Find is a recursive command. This means that it will automatically descend into each directory that it runs into while searching.
A typical find command à la beagle is
find . -exec grep "printer" {} \;

If you need to find a filename, you might as well use locate, but find can cut that mustard as well...

Let's find all ogg files on our box. This command:
$ find . -name \*.ogg -printf %f\\n
lists the filenames of all .ogg files inside (and under) the current directory.
The 'double backslash n' is important; '\n' indicates the start of a new line.
The single backslash needs to be escaped by another one so the shell doesn't run amok on it.

Ditto for pdf files:
find . -name \*.pdf -printf %f\\n


finding filetypes & the important use of quotes
Let's try to find all c files on our drives.
find / -iname *.c
no good, as you can see.
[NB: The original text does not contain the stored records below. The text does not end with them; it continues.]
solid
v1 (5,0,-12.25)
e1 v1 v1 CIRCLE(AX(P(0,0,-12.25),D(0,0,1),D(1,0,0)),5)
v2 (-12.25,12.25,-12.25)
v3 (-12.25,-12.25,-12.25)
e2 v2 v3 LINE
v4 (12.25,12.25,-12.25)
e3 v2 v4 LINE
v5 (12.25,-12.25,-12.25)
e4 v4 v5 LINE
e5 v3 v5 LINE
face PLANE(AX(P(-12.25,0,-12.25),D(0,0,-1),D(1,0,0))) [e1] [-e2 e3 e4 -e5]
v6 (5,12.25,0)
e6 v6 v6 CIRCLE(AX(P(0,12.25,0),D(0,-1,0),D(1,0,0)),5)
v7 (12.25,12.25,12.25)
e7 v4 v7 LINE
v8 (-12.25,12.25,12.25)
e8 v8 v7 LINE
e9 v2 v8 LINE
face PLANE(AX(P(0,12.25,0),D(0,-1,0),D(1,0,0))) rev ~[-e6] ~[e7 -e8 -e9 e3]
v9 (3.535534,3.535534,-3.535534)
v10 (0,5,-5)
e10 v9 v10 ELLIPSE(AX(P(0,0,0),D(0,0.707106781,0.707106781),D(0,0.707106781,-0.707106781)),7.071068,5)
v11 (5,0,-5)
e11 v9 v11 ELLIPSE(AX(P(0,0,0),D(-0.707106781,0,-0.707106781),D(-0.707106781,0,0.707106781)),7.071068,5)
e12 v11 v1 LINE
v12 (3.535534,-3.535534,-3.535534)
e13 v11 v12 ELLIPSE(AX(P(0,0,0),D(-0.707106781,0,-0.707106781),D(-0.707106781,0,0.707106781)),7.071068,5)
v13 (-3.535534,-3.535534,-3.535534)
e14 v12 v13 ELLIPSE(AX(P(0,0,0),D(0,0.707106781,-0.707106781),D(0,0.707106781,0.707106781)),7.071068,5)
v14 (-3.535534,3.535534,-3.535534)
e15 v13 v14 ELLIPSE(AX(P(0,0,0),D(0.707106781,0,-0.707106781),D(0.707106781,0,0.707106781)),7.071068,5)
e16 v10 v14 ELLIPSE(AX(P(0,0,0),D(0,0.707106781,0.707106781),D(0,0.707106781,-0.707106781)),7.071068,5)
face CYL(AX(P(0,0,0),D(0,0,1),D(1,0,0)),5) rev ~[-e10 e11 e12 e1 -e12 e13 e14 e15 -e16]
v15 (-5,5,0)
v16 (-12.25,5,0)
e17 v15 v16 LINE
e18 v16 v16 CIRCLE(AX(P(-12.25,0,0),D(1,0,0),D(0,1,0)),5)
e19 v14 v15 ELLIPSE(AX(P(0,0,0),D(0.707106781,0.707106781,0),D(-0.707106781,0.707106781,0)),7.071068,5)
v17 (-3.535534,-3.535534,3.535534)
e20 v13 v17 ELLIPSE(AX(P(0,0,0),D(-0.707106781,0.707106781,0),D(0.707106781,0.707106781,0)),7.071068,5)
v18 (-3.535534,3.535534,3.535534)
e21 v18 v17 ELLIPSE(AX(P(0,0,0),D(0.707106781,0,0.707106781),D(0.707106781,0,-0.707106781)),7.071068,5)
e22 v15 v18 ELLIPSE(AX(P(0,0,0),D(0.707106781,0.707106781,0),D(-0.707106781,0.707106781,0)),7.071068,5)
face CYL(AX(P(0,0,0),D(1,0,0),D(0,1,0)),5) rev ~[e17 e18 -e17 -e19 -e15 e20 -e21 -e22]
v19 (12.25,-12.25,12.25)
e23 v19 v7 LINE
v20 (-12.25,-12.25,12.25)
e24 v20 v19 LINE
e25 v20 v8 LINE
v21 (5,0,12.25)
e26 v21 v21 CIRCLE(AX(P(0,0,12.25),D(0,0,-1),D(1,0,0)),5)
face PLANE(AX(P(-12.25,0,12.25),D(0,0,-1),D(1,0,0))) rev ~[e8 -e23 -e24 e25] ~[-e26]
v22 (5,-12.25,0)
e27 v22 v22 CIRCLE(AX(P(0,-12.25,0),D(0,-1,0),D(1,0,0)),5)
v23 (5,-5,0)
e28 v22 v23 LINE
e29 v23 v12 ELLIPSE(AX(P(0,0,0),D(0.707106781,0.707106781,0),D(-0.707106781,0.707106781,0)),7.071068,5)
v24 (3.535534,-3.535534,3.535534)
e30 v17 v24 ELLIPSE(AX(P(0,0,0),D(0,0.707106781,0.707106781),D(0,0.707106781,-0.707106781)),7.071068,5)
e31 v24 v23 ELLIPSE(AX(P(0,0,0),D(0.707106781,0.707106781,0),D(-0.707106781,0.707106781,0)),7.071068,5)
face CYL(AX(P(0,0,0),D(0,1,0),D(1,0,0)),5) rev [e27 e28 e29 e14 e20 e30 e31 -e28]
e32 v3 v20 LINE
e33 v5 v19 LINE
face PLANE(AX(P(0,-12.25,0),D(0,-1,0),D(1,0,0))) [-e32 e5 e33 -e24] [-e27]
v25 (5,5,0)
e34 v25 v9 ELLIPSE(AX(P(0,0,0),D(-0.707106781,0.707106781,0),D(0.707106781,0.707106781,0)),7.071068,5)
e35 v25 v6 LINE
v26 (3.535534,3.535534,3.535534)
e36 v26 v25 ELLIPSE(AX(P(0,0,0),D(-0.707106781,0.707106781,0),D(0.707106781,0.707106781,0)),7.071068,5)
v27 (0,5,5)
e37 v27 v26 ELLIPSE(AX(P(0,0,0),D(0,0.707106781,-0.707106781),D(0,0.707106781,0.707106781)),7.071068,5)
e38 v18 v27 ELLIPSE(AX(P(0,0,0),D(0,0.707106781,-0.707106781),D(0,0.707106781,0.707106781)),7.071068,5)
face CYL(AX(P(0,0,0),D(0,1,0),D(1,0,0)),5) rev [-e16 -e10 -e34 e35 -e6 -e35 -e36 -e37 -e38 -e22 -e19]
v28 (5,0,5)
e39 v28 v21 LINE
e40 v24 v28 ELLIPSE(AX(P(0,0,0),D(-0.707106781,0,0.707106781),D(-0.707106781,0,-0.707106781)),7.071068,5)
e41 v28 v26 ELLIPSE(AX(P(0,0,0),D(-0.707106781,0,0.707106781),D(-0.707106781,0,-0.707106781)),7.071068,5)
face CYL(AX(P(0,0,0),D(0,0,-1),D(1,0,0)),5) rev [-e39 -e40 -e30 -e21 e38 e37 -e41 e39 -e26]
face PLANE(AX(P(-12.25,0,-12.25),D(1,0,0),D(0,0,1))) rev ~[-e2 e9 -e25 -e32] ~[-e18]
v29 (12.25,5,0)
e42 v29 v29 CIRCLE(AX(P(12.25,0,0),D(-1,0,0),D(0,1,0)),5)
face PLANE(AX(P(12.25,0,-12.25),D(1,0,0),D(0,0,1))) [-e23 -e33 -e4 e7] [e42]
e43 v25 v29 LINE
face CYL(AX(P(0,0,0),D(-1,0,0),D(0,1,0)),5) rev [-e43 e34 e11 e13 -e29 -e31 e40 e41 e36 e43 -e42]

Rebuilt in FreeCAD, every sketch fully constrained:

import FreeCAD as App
import Part
import Sketcher

V = App.Vector
Q = App.Units.Quantity


def add_polygon(sketch, points):
    """Adds a closed chain of lines whose ends are joined by coincident constraints."""
    first, n = sketch.GeometryCount, len(points)
    for a, b in zip(points, points[1:] + points[:1]):
        sketch.addGeometry(Part.LineSegment(App.Vector(*a, 0), App.Vector(*b, 0)), False)
    for i in range(n):
        sketch.addConstraint(Sketcher.Constraint("Coincident", first + i, 2, first + (i + 1) % n, 1))

doc = App.newDocument("Part")
params = doc.addObject("Spreadsheet::Sheet", "Params")
for row, (alias, value) in enumerate([
    ("sketch1_diameter", "10 mm"),
    ("sketch1_width", "24.5 mm"),
    ("pad1_length", "24.5 mm"),
    ("sketch2_diameter", "10 mm"),
    ("sketch3_diameter", "10 mm"),
], start=1):
    params.set(f"A{row}", alias)
    params.set(f"B{row}", "=" + value)
    params.setAlias(f"B{row}", alias)

body = doc.addObject("PartDesign::Body", "Body")

sketch1 = doc.addObject("Sketcher::SketchObject", "Sketch")
body.addObject(sketch1)
sketch1.AttachmentSupport = (doc.XZ_Plane, [""])
sketch1.MapMode = "FlatFace"
add_polygon(sketch1, [(-12, 12), (-12, -12), (12, -12), (12, 12)])
sketch1.addGeometry(Part.Circle(V(0, 0, 0), V(0, 0, 1), 5), False)
sketch1.addConstraint([
    Sketcher.Constraint("Vertical", 0),
    Sketcher.Constraint("Horizontal", 1),
    Sketcher.Constraint("Vertical", 2),
    Sketcher.Constraint("Horizontal", 3),
    Sketcher.Constraint("Coincident", 4, 3, -1, 1),
    Sketcher.Constraint("Symmetric", 0, 2, 2, 2, -1, 1),
    Sketcher.Constraint("Equal", 3, 0),
    Sketcher.Constraint("Diameter", 4, Q("10 mm")),
    Sketcher.Constraint("DistanceX", 1, 1, 1, 2, Q("24.5 mm")),
])
sketch1.setExpression("Constraints[11]", "Params.sketch1_diameter")
sketch1.setExpression("Constraints[12]", "Params.sketch1_width")
pad1 = doc.addObject("PartDesign::Pad", "Pad")
body.addObject(pad1)
pad1.Profile = sketch1
pad1.setExpression("Length", "Params.pad1_length")
pad1.Midplane = True

sketch2 = doc.addObject("Sketcher::SketchObject", "Sketch001")
body.addObject(sketch2)
sketch2.AttachmentSupport = (doc.YZ_Plane, [""])
sketch2.MapMode = "FlatFace"
sketch2.addGeometry(Part.Circle(V(0, 0, 0), V(0, 0, 1), 5), False)
sketch2.addConstraint([
    Sketcher.Constraint("Coincident", 0, 3, -1, 1),
    Sketcher.Constraint("Diameter", 0, Q("10 mm")),
])
sketch2.setExpression("Constraints[1]", "Params.sketch2_diameter")
pocket1 = doc.addObject("PartDesign::Pocket", "Pocket")
body.addObject(pocket1)
pocket1.Profile = sketch2
pocket1.Type = "ThroughAll"
pocket1.Midplane = True

sketch3 = doc.addObject("Sketcher::SketchObject", "Sketch002")
body.addObject(sketch3)
sketch3.AttachmentSupport = (doc.XY_Plane, [""])
sketch3.MapMode = "FlatFace"
sketch3.addGeometry(Part.Circle(V(0, 0, 0), V(0, 0, 1), 5), False)
sketch3.addConstraint([
    Sketcher.Constraint("Coincident", 0, 3, -1, 1),
    Sketcher.Constraint("Diameter", 0, Q("10 mm")),
])
sketch3.setExpression("Constraints[1]", "Params.sketch3_diameter")
pocket2 = doc.addObject("PartDesign::Pocket", "Pocket001")
body.addObject(pocket2)
pocket2.Profile = sketch3
pocket2.Type = "ThroughAll"
pocket2.Midplane = True

doc.recompute()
We'll get the following:
find: paths must precede expression Usage: find [path...] [expression]
ergo we better "redo" our command, but this time we'll put our target in quotes:
find / -iname '*.c'
or
find / -iname '*arhamme*'
everywhere on your box or
find . -iname '*arhamme*'
only downward your given directory
In fact everytime we use wildcards, in order to prevent the shell from interpreting those very wildcards in ways we don't intend, we MUST surround what we're searching for with quotation marks.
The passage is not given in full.